Menurut Solihin, perusahaan biasanya langsung memasok seluruh gerai yang membutuhkan stok minyak goreng. Jika pasokan di gudang habis, maka perusahaan akan otomatis melakukan PO terhadap produsen.
"Kalau (stok di gudang) mendekati jumlah tertentu kami order otomatis," imbuh Solihin.
Namun, ia menilai kebiasaan masyarakat yang langsung memborong minyak goreng membuat pasokan langsung ludes seketika. Padahal, masyarakat dapat membeli minyak goreng sesuai kebutuhan rumah tangga.
"Kalau sekarang masyarakat cara belinya seperti ini, mau stok berapa pun akan habis. Tapi kalau masyarakat hanya beli untuk kebutuhan rumah, rasanya tidak akan sampai kosong seperti ini, karena sekarang barang datang berapa jam sudah habis," jelas Solihin.
Solihin berharap distribusi pasokan minyak goreng bisa lebih baik ke depannya. Ia menampik kekosongan stok minyak goreng di ritel modern karena ada indikasi penimbunan.
"Tidak lah, berpikiran seperti itu saja tidak," tegas Solihin.
Sementara, Marketing Director PT Indomarco Prismatama (Indomaret) Darmawie Alie mengatakan pihaknya membutuhkan peran pemasok untuk menyediakan minyak goreng Rp14 ribu per liter.

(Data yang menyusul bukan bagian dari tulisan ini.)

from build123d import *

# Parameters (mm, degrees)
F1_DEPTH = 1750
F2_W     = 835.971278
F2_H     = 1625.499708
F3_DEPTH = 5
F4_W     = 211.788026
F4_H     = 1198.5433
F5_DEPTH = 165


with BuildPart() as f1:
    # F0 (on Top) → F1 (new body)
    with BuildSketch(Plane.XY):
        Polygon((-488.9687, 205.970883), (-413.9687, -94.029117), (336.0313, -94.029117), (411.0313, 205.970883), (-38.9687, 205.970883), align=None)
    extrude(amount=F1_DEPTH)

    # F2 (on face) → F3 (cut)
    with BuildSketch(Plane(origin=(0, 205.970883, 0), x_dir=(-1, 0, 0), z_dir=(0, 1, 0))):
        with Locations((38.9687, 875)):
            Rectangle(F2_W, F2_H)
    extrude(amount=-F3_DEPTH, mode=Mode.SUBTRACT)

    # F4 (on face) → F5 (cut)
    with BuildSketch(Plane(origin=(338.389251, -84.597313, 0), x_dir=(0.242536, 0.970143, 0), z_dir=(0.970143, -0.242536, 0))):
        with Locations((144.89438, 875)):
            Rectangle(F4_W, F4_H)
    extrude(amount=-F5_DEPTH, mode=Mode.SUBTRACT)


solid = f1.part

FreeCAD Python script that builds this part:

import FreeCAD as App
import Part
import Sketcher

V = App.Vector
Q = App.Units.Quantity

doc = App.newDocument("Part")
body = doc.addObject("PartDesign::Body", "Body")

sketch1 = body.newObject("Sketcher::SketchObject", "Sketch")
sketch1.AttachmentSupport = (doc.getObject("XY_Plane"), [""])
sketch1.MapMode = "FlatFace"
sketch1.addGeometry(Part.LineSegment(V(-489, 206, 0), V(-414, -94, 0)), False)
sketch1.addGeometry(Part.LineSegment(V(-414, -94, 0), V(336, -94, 0)), False)
sketch1.addGeometry(Part.LineSegment(V(336, -94, 0), V(411, 206, 0)), False)
sketch1.addGeometry(Part.LineSegment(V(411, 206, 0), V(-489, 206, 0)), False)
sketch1.addConstraint(Sketcher.Constraint("Coincident", 0, 2, 1, 1))
sketch1.addConstraint(Sketcher.Constraint("Coincident", 1, 2, 2, 1))
sketch1.addConstraint(Sketcher.Constraint("Coincident", 2, 2, 3, 1))
sketch1.addConstraint(Sketcher.Constraint("Coincident", 3, 2, 0, 1))
sketch1.addConstraint(Sketcher.Constraint("Horizontal", 1))
sketch1.addConstraint(Sketcher.Constraint("Horizontal", 3))
sketch1.addConstraint(Sketcher.Constraint("Equal", 0, 2))
sketch1.addConstraint(Sketcher.Constraint("DistanceX", 1, 1, 1, 2, Q("750 mm")))
sketch1.addConstraint(Sketcher.Constraint("DistanceX", 3, 2, 3, 1, Q("900 mm")))
sketch1.addConstraint(Sketcher.Constraint("DistanceY", 1, 2, 2, 2, Q("300 mm")))
sketch1.addConstraint(Sketcher.Constraint("DistanceX", 0, 2, -1, 1, Q("413.9687 mm")))
sketch1.addConstraint(Sketcher.Constraint("DistanceY", 0, 2, -1, 1, Q("94.029117 mm")))
pad1 = body.newObject("PartDesign::Pad", "Pad")
pad1.Profile = sketch1
pad1.Length = 1750

sketch2 = body.newObject("Sketcher::SketchObject", "Sketch001")
sketch2.AttachmentSupport = (doc.getObject("XZ_Plane"), [""])
sketch2.MapMode = "FlatFace"
sketch2.AttachmentOffset = App.Placement(V(0, 0, -205.970883), App.Rotation())
sketch2.addGeometry(Part.LineSegment(V(379, 1688, 0), V(379, 62, 0)), False)
sketch2.addGeometry(Part.LineSegment(V(379, 62, 0), V(-457, 62, 0)), False)
sketch2.addGeometry(Part.LineSegment(V(-457, 62, 0), V(-457, 1688, 0)), False)
sketch2.addGeometry(Part.LineSegment(V(-457, 1688, 0), V(379, 1688, 0)), False)
sketch2.addConstraint(Sketcher.Constraint("Coincident", 0, 2, 1, 1))
sketch2.addConstraint(Sketcher.Constraint("Coincident", 1, 2, 2, 1))
sketch2.addConstraint(Sketcher.Constraint("Coincident", 2, 2, 3, 1))
sketch2.addConstraint(Sketcher.Constraint("Coincident", 3, 2, 0, 1))
sketch2.addConstraint(Sketcher.Constraint("Vertical", 0))
sketch2.addConstraint(Sketcher.Constraint("Horizontal", 1))
sketch2.addConstraint(Sketcher.Constraint("Vertical", 2))
sketch2.addConstraint(Sketcher.Constraint("Horizontal", 3))
sketch2.addConstraint(Sketcher.Constraint("DistanceX", 1, 2, 1, 1, Q("835.971278 mm")))
sketch2.addConstraint(Sketcher.Constraint("DistanceY", 0, 2, 0, 1, Q("1625.499708 mm")))
sketch2.addConstraint(Sketcher.Constraint("DistanceX", -1, 1, 0, 2, Q("379.016939 mm")))
sketch2.addConstraint(Sketcher.Constraint("DistanceY", -1, 1, 0, 2, Q("62.250146 mm")))
pocket1 = body.newObject("PartDesign::Pocket", "Pocket")
pocket1.Profile = sketch2
pocket1.Length = 5
pocket1.Reversed = True

sketch3 = body.newObject("Sketcher::SketchObject", "Sketch002")
sketch3.Placement = App.Placement(V(338.389251, -84.597313, 0), App.Rotation(V(0.24253586, 0.970142441, 0), V(0, 0, 0.999999999), V(0.970142441, -0.24253586, 0), "ZXY"))
sketch3.addGeometry(Part.LineSegment(V(39, 1474, 0), V(39, 276, 0)), False)
sketch3.addGeometry(Part.LineSegment(V(39, 276, 0), V(251, 276, 0)), False)
sketch3.addGeometry(Part.LineSegment(V(251, 276, 0), V(251, 1474, 0)), False)
sketch3.addGeometry(Part.LineSegment(V(251, 1474, 0), V(39, 1474, 0)), False)
sketch3.addConstraint(Sketcher.Constraint("Coincident", 0, 2, 1, 1))
sketch3.addConstraint(Sketcher.Constraint("Coincident", 1, 2, 2, 1))
sketch3.addConstraint(Sketcher.Constraint("Coincident", 2, 2, 3, 1))
sketch3.addConstraint(Sketcher.Constraint("Coincident", 3, 2, 0, 1))
sketch3.addConstraint(Sketcher.Constraint("Vertical", 0))
sketch3.addConstraint(Sketcher.Constraint("Horizontal", 1))
sketch3.addConstraint(Sketcher.Constraint("Vertical", 2))
sketch3.addConstraint(Sketcher.Constraint("Horizontal", 3))
sketch3.addConstraint(Sketcher.Constraint("DistanceY", 0, 2, 0, 1, Q("1198.543298 mm")))
sketch3.addConstraint(Sketcher.Constraint("DistanceX", 1, 1, 1, 2, Q("211.788026 mm")))
sketch3.addConstraint(Sketcher.Constraint("DistanceY", -1, 1, 0, 2, Q("275.72835 mm")))
sketch3.addConstraint(Sketcher.Constraint("DistanceX", -1, 1, 0, 2, Q("39.000367 mm")))
pocket2 = body.newObject("PartDesign::Pocket", "Pocket001")
pocket2.Profile = sketch3
pocket2.Length = 165

doc.recompute()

"Untuk mengisi kekosongan perlu di-support suplai dari pemasok," ucap Darmawie.
Untuk satu kali PO, sambung dia, biasanya akan berisi 1.000-2.000 karton. Satu karton berisi enam kemasan minyak goreng ukuran 2 liter.

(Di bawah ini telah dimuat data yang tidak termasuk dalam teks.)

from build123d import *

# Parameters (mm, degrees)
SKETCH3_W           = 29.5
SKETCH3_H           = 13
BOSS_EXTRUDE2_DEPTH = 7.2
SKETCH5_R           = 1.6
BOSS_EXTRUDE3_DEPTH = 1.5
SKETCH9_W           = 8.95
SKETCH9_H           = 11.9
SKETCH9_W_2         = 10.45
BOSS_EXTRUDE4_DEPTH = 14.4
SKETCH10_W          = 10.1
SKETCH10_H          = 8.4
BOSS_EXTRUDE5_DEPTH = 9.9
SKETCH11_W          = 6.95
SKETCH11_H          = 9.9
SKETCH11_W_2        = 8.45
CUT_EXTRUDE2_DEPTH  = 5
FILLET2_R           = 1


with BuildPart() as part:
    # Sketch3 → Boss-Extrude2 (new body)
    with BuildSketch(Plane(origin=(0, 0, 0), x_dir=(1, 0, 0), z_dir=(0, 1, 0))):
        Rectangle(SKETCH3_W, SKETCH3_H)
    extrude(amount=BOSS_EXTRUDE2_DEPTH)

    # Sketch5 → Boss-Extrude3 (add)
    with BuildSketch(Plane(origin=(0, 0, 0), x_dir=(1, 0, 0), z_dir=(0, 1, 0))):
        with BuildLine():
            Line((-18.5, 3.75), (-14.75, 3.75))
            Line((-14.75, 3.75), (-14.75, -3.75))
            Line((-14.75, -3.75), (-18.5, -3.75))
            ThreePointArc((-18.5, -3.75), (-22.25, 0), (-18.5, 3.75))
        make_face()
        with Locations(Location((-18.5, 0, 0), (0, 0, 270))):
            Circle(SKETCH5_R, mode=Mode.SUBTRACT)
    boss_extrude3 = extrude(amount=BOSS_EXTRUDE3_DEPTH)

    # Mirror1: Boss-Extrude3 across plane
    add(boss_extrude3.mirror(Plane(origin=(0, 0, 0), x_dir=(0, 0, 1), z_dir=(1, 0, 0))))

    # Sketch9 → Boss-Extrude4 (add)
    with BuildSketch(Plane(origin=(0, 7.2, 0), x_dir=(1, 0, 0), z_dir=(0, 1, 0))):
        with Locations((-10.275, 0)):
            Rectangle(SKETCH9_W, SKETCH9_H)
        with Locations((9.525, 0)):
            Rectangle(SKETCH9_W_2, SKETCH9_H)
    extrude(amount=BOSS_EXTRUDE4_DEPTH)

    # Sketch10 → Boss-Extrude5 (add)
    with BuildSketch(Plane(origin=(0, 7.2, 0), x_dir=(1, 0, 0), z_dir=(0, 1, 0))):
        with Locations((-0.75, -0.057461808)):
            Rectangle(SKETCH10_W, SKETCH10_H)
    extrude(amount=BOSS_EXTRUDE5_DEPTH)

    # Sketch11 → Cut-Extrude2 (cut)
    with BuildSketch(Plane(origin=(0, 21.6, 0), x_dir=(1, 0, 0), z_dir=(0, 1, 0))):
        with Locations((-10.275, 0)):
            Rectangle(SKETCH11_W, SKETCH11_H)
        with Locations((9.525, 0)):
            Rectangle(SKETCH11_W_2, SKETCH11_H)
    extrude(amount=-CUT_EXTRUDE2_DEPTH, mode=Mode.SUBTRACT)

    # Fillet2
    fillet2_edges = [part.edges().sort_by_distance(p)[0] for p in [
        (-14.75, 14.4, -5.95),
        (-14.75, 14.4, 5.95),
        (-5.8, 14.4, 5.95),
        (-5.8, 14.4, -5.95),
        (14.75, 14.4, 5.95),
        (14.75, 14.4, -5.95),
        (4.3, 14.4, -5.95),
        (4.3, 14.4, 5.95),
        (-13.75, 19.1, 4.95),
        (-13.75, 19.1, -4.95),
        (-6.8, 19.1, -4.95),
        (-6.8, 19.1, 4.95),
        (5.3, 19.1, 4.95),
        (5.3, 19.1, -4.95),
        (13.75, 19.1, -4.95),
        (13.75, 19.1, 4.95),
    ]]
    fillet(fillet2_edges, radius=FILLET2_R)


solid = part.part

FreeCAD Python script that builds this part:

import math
import FreeCAD as App
import Part
import Sketcher
from FreeCAD import Vector
Q = App.Units.Quantity


def edges_at(feature, points):
    """Names of the edges that pass closest to the given points."""
    edges = feature.Shape.Edges
    near = lambda p: min(range(len(edges)), key=lambda i: edges[i].distToShape(Part.Vertex(*p))[0])
    return sorted({f"Edge{near(p) + 1}" for p in points})

doc = App.newDocument("Part")
params = doc.addObject("Spreadsheet::Sheet", "Params")
for row, (alias, value) in enumerate([
    ("sketch1_height", "13 mm"),
    ("sketch1_width", "29.5 mm"),
    ("pad1_length", "7.2 mm"),
    ("sketch2_diameter", "3.2 mm"),
    ("sketch2_radius", "3.75 mm"),
    ("sketch2_width", "3.75 mm"),
    ("pad2_length", "1.5 mm"),
    ("sketch3_height", "11.9 mm"),
    ("sketch3_width", "8.95 mm"),
    ("sketch3_width2", "10.45 mm"),
    ("pad3_length", "14.4 mm"),
    ("sketch4_width", "10.1 mm"),
    ("sketch4_height", "8.4 mm"),
    ("pad4_length", "9.9 mm"),
    ("sketch5_height", "9.9 mm"),
    ("sketch5_width", "6.95 mm"),
    ("sketch5_width2", "8.45 mm"),
    ("pocket1_length", "5 mm"),
    ("fillet_radius", "1 mm"),
], start=1):
    params.set(f"A{row}", alias)
    params.set(f"B{row}", "=" + value)
    params.setAlias(f"B{row}", alias)

body = doc.addObject("PartDesign::Body", "Body")

sketch1 = body.newObject("Sketcher::SketchObject", "Sketch")
sketch1.AttachmentSupport = (doc.getObject("XZ_Plane"), [""])
sketch1.MapMode = "FlatFace"
sketch1.addGeometry([
    Part.LineSegment(Vector(-14.75, -6.5, 0), Vector(-14.75, 6.5, 0)),
    Part.LineSegment(Vector(-14.75, 6.5, 0), Vector(14.75, 6.5, 0)),
    Part.LineSegment(Vector(14.75, 6.5, 0), Vector(14.75, -6.5, 0)),
    Part.LineSegment(Vector(14.75, -6.5, 0), Vector(-14.75, -6.5, 0)),
], False)
sketch1.addConstraint([
    Sketcher.Constraint("Coincident", 0, 2, 1, 1),
    Sketcher.Constraint("Coincident", 1, 2, 2, 1),
    Sketcher.Constraint("Coincident", 2, 2, 3, 1),
    Sketcher.Constraint("Coincident", 3, 2, 0, 1),
    Sketcher.Constraint("Vertical", 0),
    Sketcher.Constraint("Horizontal", 1),
    Sketcher.Constraint("Vertical", 2),
    Sketcher.Constraint("Horizontal", 3),
    Sketcher.Constraint("Symmetric", 0, 2, 2, 2, -1, 1),
    Sketcher.Constraint("DistanceY", 0, 1, 0, 2, Q("13 mm")),
    Sketcher.Constraint("DistanceX", 1, 1, 1, 2, Q("29.5 mm")),
])
sketch1.setExpression("Constraints[9]", "Params.sketch1_height")
sketch1.setExpression("Constraints[10]", "Params.sketch1_width")
pad1 = body.newObject("PartDesign::Pad", "Pad")
pad1.Profile = sketch1
pad1.setExpression("Length", "Params.pad1_length")
pad1.Reversed = True

sketch2 = body.newObject("Sketcher::SketchObject", "Sketch001")
sketch2.AttachmentSupport = (doc.getObject("XZ_Plane"), [""])
sketch2.MapMode = "FlatFace"
sketch2.addGeometry([
    Part.LineSegment(Vector(-14.75, -3.75, 0), Vector(-18.5, -3.75, 0)),
    Part.ArcOfCircle(Part.Circle(Vector(-18.5, 0, 0), Vector(0, 0, 1), 3.75), math.radians(90), math.radians(270)),
    Part.LineSegment(Vector(-18.5, 3.75, 0), Vector(-14.75, 3.75, 0)),
    Part.LineSegment(Vector(-14.75, 3.75, 0), Vector(-14.75, -3.75, 0)),
    Part.Circle(Vector(-18.5, 0, 0), Vector(0, 0, 1), 1.6),
], False)
sketch2.addConstraint([
    Sketcher.Constraint("Tangent", 0, 2, 1, 2),
    Sketcher.Constraint("Tangent", 1, 1, 2, 1),
    Sketcher.Constraint("Coincident", 2, 2, 3, 1),
    Sketcher.Constraint("Coincident", 3, 2, 0, 1),
    Sketcher.Constraint("Horizontal", 0),
    Sketcher.Constraint("Horizontal", 2),
    Sketcher.Constraint("Vertical", 3),
    Sketcher.Constraint("Coincident", 4, 3, 1, 3),
    Sketcher.Constraint("PointOnObject", 1, 3, -1),
    Sketcher.Constraint("Diameter", 4, Q("3.2 mm")),
    Sketcher.Constraint("Radius", 1, Q("3.75 mm")),
    Sketcher.Constraint("DistanceX", 0, 2, 0, 1, Q("3.75 mm")),
    Sketcher.Constraint("DistanceX", 1, 3, -1, 1, Q("18.5 mm")),
])
sketch2.setExpression("Constraints[9]", "Params.sketch2_diameter")
sketch2.setExpression("Constraints[10]", "Params.sketch2_radius")
sketch2.setExpression("Constraints[11]", "Params.sketch2_width")
pad2 = body.newObject("PartDesign::Pad", "Pad001")
pad2.Profile = sketch2
pad2.setExpression("Length", "Params.pad2_length")
pad2.Reversed = True
doc.recompute()

mirrored = body.newObject("PartDesign::Mirrored", "Mirrored")
mirrored.Originals = [pad2]
mirrored.MirrorPlane = (doc.getObject("YZ_Plane"), [""])
body.Tip = mirrored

Jika sekali PO berisi 1.000-2.000 karton, maka seharusnya barang yang datang mencapai 6.000 sampai 12 ribu kemasan minyak goreng berukuran 2 liter.
Namun, itu semua tetap akan bergantung dengan jumlah stok yang dimiliki oleh pemasok.
"(Satu kali PO) tergantung dari jumlah yang dipunyai pemasok. Kalau satu kali PO bisa 1.000-2.000 karton," jelas Darmawie.